Look below for the line holding "v -0.201 -0.458 0" and the line holding "v -0.493 -0.082 350". Transcribe exactly those lines and all lines between them, nothing more.

___ Data records

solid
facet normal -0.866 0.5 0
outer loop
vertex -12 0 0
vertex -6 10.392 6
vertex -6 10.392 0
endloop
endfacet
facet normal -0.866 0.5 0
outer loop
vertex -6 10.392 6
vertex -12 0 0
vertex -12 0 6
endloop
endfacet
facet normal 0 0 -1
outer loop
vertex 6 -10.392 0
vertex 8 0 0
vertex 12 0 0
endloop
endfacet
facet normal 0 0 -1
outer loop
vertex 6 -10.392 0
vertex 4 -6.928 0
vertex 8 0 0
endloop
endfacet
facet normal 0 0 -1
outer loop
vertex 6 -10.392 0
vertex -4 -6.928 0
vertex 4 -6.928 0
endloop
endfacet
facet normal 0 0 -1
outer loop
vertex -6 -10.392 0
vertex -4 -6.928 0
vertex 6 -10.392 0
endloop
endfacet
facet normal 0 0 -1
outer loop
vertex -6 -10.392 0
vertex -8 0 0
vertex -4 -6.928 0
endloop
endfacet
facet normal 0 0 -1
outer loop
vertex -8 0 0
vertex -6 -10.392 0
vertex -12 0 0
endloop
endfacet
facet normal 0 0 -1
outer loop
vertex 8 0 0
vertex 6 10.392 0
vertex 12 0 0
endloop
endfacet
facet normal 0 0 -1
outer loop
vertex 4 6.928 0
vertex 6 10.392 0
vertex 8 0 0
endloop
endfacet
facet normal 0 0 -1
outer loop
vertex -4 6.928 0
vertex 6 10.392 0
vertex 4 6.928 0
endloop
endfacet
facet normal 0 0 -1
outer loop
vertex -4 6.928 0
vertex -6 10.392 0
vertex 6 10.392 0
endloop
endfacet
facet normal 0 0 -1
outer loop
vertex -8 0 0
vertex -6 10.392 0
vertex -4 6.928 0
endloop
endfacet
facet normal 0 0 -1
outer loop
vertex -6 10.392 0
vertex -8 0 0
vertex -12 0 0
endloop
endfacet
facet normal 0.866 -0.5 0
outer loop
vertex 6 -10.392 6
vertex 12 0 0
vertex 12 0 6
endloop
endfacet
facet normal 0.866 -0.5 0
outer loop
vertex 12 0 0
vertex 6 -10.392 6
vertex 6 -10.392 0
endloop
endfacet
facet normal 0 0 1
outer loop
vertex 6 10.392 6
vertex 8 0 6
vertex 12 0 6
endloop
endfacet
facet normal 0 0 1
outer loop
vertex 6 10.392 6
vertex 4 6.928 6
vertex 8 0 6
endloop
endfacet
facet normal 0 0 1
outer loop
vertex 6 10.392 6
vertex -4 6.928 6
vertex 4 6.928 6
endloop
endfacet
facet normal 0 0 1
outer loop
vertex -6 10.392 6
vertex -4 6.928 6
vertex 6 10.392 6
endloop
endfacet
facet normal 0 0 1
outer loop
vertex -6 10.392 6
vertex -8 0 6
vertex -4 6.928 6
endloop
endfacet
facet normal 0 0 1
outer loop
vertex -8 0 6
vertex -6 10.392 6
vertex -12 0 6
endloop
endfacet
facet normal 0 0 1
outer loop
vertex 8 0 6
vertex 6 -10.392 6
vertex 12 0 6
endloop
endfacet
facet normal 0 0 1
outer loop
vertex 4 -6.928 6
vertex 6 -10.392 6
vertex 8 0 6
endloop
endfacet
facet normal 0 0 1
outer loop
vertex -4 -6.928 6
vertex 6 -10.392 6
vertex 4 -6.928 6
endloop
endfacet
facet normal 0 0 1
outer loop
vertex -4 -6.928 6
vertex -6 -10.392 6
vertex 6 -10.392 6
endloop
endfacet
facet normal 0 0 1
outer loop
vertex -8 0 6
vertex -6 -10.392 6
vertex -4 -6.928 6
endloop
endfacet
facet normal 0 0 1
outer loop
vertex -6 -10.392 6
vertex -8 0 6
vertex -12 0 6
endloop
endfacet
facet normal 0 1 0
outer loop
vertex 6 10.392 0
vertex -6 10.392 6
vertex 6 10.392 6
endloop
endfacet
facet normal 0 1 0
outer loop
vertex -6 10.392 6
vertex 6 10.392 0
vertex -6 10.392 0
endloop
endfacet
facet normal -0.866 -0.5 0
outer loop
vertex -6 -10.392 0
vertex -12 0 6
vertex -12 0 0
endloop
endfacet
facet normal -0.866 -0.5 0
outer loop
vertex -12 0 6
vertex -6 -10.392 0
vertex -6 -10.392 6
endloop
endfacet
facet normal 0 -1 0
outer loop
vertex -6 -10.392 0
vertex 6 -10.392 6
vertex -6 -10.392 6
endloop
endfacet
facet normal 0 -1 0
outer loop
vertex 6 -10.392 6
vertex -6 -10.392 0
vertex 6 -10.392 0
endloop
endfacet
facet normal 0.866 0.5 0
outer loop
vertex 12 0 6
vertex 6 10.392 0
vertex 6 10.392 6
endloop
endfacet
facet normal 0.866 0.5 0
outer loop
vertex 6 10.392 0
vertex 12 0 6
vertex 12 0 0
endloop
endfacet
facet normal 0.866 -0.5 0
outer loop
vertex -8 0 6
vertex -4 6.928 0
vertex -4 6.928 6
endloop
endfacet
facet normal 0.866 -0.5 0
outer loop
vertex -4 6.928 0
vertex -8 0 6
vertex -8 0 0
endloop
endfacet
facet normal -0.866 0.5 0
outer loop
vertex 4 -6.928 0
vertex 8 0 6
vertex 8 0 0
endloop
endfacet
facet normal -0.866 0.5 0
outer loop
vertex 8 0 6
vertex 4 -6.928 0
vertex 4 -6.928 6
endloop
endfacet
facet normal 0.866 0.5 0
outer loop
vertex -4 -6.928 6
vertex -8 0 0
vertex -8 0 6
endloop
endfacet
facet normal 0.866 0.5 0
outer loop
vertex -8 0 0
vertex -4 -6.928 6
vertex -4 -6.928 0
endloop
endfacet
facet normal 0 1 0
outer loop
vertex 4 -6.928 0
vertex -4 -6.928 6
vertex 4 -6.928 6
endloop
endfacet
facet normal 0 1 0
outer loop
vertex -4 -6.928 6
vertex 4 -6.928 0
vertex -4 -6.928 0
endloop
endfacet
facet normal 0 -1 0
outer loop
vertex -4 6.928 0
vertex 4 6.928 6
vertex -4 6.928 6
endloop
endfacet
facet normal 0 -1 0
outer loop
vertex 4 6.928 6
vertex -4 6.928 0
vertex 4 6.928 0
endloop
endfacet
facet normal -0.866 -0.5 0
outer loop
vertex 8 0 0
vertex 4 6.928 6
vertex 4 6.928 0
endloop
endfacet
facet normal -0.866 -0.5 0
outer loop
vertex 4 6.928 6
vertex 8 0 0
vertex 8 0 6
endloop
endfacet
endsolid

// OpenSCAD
$fn = 50;

difference() {
	union() {
		difference() {
			linear_extrude(height = 6) {
				polygon(points = [[12.0, 0.0], [6.000000000000002, 10.392304845413264], [-5.999999999999997, 10.392304845413264], [-12.0, 1.4695761589768238e-15], [-6.000000000000005, -10.392304845413262], [5.999999999999992, -10.392304845413268]]);
			}
			linear_extrude(height = 6) {
				polygon(points = [[8.0, 0.0], [4.000000000000001, 6.928203230275509], [-3.9999999999999982, 6.92820323027551], [-8.0, 9.797174393178826e-16], [-4.0000000000000036, -6.928203230275508], [3.9999999999999947, -6.928203230275512]]);
			}
		}
	}
	union();
}
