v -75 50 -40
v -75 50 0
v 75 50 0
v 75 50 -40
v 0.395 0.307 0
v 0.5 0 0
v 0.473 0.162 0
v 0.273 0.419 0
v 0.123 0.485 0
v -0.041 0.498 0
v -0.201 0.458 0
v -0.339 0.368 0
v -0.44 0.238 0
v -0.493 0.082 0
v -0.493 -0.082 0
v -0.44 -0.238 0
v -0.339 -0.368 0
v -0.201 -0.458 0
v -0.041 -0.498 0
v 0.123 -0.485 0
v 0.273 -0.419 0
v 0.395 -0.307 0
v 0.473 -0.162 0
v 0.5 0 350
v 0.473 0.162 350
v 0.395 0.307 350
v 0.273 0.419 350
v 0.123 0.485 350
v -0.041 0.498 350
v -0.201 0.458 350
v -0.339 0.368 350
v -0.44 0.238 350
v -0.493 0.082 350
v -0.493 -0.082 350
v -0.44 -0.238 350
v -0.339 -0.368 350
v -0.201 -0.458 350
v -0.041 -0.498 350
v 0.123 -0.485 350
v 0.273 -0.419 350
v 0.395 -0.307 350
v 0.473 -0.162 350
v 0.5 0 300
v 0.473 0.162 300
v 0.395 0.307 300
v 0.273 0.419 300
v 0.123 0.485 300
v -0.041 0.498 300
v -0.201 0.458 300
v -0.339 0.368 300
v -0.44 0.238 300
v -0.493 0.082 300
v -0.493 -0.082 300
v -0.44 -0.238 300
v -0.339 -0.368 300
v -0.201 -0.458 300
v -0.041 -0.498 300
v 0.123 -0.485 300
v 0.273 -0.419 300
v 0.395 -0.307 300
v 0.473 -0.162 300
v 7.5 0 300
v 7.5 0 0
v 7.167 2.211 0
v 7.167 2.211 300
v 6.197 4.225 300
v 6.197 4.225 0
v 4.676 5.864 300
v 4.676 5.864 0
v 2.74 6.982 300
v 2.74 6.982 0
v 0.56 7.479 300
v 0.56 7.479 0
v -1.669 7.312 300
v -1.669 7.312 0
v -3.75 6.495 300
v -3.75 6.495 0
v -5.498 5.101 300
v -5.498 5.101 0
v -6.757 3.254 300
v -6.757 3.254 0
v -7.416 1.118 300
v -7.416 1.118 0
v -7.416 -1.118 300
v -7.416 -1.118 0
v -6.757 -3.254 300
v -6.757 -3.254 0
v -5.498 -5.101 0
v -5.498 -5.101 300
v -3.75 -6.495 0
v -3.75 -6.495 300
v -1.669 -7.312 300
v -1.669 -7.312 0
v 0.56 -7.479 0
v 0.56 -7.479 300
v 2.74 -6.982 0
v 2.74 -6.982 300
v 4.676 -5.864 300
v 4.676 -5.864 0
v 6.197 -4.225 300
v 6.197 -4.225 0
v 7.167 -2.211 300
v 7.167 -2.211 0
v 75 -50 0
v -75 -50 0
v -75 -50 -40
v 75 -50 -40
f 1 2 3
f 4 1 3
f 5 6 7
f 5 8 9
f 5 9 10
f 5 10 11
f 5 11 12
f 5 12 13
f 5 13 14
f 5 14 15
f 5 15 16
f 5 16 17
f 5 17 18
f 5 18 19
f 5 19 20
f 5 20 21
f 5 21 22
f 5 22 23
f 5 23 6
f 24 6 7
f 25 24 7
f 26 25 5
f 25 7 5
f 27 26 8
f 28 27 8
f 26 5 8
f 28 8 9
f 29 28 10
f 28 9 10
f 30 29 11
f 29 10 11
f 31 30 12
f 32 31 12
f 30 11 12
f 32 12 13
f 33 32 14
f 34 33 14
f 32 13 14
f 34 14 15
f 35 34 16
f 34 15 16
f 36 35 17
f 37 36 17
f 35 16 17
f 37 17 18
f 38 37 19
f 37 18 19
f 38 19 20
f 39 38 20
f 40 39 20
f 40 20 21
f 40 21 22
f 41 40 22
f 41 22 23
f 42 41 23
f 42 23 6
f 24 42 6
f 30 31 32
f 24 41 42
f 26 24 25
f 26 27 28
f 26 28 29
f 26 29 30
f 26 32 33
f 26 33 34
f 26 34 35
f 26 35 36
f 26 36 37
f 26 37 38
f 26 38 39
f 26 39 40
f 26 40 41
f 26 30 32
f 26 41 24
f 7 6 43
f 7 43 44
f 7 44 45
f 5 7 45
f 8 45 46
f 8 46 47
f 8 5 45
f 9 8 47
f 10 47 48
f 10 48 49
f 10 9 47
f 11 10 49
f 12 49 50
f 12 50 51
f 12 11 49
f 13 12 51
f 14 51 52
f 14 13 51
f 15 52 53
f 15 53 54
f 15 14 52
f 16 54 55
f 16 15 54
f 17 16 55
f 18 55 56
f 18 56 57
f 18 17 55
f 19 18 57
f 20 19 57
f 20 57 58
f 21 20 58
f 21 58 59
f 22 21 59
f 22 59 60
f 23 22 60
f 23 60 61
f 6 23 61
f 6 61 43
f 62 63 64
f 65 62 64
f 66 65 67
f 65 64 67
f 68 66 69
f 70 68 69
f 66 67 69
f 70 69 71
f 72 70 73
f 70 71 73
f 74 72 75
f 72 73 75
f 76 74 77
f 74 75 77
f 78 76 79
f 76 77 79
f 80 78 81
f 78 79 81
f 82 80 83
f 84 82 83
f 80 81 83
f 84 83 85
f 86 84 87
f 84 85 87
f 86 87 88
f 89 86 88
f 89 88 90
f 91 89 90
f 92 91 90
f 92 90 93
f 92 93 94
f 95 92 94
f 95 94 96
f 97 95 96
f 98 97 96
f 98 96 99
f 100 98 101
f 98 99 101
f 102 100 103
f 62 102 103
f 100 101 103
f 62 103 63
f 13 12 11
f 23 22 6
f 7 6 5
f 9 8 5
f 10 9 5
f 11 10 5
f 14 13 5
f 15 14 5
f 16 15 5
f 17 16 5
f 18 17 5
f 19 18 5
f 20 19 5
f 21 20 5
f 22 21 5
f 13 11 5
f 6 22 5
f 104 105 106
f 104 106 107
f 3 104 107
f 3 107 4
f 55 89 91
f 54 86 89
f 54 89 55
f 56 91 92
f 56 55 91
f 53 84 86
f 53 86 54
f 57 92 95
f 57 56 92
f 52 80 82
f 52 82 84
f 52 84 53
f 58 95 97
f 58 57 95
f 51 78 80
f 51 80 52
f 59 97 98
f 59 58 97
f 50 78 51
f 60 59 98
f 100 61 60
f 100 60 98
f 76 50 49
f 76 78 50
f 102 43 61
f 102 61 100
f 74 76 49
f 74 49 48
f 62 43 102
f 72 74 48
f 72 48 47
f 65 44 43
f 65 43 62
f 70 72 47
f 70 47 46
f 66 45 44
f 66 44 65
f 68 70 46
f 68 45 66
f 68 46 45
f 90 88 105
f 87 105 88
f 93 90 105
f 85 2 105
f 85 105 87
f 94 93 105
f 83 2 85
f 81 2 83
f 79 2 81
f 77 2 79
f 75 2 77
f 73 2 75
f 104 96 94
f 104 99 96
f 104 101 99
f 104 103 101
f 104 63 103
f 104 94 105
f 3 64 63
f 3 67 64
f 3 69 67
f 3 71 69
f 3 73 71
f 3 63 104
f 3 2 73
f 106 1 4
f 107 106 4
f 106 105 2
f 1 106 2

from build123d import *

# Parameters (mm, degrees)
F0_W     = 150
F0_H     = 100
F1_DEPTH = 40
F2_R     = 0.5
F3_DEPTH = 350
F2_R_2   = 7.5
F4_DEPTH = 300


with BuildPart() as f1:
    # F0 (on Top) → F1 (new body)
    with BuildSketch(Plane.XY):
        Rectangle(F0_W, F0_H)
    extrude(amount=-F1_DEPTH)

    # F2 (on Top) → F4 (join)
    with BuildSketch(Plane.XY):
        Circle(F2_R_2)
        Circle(F2_R, mode=Mode.SUBTRACT)
    extrude(amount=F4_DEPTH)


with BuildPart() as f3:
    # F2 (on Top) → F3 (new body)
    with BuildSketch(Plane.XY):
        Circle(F2_R)
    extrude(amount=F3_DEPTH)


solid = Compound([f1.part, f3.part])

______

> _Exercise solution_:
v -0.201 -0.458 0
v -0.041 -0.498 0
v 0.123 -0.485 0
v 0.273 -0.419 0
v 0.395 -0.307 0
v 0.473 -0.162 0
v 0.5 0 350
v 0.473 0.162 350
v 0.395 0.307 350
v 0.273 0.419 350
v 0.123 0.485 350
v -0.041 0.498 350
v -0.201 0.458 350
v -0.339 0.368 350
v -0.44 0.238 350
v -0.493 0.082 350
v -0.493 -0.082 350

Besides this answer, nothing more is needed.